Directions for this task ->
Where the line with "f 59 112 723" appears below, start writing out lines exactly, and finish with the line with "f 739 734 733", which is included; write out nothing else.

┄┄┄┄┄┄

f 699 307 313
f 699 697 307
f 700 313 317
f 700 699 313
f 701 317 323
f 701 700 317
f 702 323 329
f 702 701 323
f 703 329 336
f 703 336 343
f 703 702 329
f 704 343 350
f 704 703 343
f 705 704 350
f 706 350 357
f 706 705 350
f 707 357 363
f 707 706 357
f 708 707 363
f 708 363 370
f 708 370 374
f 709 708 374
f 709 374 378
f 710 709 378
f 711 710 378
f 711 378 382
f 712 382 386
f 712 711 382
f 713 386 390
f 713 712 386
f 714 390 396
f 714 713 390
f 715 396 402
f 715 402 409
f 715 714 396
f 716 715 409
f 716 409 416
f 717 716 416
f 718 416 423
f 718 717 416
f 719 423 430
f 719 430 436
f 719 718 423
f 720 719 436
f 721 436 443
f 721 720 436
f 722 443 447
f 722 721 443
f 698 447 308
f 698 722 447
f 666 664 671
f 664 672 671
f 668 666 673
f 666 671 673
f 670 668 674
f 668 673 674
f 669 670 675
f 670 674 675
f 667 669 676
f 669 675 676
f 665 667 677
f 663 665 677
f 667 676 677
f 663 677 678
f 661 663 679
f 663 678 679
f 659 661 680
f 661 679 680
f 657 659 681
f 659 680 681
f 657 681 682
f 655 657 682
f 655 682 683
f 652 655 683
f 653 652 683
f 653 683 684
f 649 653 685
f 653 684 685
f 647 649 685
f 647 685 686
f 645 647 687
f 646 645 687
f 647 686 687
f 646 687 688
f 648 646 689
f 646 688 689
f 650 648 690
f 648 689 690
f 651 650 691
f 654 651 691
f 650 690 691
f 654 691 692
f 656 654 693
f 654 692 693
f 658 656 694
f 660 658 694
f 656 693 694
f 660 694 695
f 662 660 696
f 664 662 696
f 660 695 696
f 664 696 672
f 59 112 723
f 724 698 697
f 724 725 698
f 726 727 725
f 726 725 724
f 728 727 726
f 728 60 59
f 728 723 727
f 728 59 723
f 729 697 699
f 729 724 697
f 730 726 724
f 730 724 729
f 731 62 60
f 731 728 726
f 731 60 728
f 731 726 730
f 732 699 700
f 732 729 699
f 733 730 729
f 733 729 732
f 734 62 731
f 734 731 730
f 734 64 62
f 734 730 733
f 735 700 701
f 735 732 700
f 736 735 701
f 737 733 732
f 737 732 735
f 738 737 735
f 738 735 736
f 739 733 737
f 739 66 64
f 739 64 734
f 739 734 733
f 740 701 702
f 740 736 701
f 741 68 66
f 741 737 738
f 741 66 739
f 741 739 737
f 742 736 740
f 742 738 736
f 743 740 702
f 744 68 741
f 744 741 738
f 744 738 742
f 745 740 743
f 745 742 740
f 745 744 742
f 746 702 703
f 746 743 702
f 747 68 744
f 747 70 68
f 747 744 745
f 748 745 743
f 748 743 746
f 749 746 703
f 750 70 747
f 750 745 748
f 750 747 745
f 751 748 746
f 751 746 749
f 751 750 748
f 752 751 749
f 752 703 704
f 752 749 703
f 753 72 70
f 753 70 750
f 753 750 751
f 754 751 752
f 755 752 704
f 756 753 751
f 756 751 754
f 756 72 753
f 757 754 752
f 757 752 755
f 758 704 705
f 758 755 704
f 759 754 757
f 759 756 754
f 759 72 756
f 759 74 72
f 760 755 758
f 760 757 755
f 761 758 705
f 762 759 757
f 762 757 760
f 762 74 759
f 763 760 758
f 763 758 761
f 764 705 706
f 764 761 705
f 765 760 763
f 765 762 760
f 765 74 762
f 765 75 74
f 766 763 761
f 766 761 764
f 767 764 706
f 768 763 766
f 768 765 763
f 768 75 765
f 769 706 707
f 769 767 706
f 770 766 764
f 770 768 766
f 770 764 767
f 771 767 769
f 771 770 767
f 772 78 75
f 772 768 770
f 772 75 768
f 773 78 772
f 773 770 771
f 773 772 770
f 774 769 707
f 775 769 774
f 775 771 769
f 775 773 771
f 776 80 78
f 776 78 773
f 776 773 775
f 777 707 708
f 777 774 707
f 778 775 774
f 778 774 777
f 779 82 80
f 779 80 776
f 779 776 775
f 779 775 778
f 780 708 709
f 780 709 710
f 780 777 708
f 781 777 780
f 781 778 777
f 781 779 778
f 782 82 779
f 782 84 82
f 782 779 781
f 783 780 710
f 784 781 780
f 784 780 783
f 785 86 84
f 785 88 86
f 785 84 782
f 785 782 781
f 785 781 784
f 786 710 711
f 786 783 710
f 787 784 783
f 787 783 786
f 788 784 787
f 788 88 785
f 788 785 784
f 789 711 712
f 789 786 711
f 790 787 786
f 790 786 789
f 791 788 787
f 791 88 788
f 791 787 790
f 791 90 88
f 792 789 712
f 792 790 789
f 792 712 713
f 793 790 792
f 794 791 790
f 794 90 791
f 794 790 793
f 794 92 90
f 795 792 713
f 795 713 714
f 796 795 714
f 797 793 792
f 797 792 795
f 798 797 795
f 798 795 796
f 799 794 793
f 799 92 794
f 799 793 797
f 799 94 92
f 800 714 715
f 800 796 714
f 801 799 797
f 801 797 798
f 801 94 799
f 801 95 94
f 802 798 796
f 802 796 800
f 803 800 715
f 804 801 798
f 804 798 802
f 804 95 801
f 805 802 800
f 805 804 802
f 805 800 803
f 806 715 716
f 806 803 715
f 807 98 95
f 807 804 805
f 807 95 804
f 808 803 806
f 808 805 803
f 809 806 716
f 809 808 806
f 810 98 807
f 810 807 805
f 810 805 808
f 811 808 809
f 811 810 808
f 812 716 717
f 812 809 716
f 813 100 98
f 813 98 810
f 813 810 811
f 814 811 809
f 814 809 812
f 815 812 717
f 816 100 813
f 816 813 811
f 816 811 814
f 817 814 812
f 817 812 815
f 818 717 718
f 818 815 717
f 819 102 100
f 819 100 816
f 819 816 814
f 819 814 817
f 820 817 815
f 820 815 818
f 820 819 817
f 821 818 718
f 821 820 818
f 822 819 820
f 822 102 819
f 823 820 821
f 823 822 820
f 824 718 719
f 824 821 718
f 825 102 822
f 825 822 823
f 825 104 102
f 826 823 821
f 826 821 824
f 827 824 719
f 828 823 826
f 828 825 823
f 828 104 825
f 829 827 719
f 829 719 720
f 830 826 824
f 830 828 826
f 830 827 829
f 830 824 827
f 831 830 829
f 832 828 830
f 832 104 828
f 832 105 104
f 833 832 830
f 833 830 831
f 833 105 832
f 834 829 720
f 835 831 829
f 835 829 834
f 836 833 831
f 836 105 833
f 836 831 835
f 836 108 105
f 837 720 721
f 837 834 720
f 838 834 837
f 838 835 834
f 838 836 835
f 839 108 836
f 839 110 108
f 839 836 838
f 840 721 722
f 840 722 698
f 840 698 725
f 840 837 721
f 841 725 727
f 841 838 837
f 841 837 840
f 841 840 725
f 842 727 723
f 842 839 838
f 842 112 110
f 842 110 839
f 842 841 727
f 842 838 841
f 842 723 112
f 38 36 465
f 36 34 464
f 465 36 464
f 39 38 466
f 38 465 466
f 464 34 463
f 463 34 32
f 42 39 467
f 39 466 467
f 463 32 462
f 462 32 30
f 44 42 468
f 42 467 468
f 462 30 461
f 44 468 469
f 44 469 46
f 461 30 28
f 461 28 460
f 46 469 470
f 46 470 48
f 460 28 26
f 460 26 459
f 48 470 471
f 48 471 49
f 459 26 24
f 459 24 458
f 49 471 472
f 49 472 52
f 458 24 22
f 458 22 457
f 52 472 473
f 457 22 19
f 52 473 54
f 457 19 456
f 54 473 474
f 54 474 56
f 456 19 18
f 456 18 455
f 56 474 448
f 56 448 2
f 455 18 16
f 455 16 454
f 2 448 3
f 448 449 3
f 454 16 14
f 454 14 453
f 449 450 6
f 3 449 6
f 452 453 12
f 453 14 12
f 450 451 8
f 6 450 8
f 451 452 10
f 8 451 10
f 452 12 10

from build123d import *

┄┄┄┄┄┄

Solved exercise ->
f 59 112 723
f 724 698 697
f 724 725 698
f 726 727 725
f 726 725 724
f 728 727 726
f 728 60 59
f 728 723 727
f 728 59 723
f 729 697 699
f 729 724 697
f 730 726 724
f 730 724 729
f 731 62 60
f 731 728 726
f 731 60 728
f 731 726 730
f 732 699 700
f 732 729 699
f 733 730 729
f 733 729 732
f 734 62 731
f 734 731 730
f 734 64 62
f 734 730 733
f 735 700 701
f 735 732 700
f 736 735 701
f 737 733 732
f 737 732 735
f 738 737 735
f 738 735 736
f 739 733 737
f 739 66 64
f 739 64 734
f 739 734 733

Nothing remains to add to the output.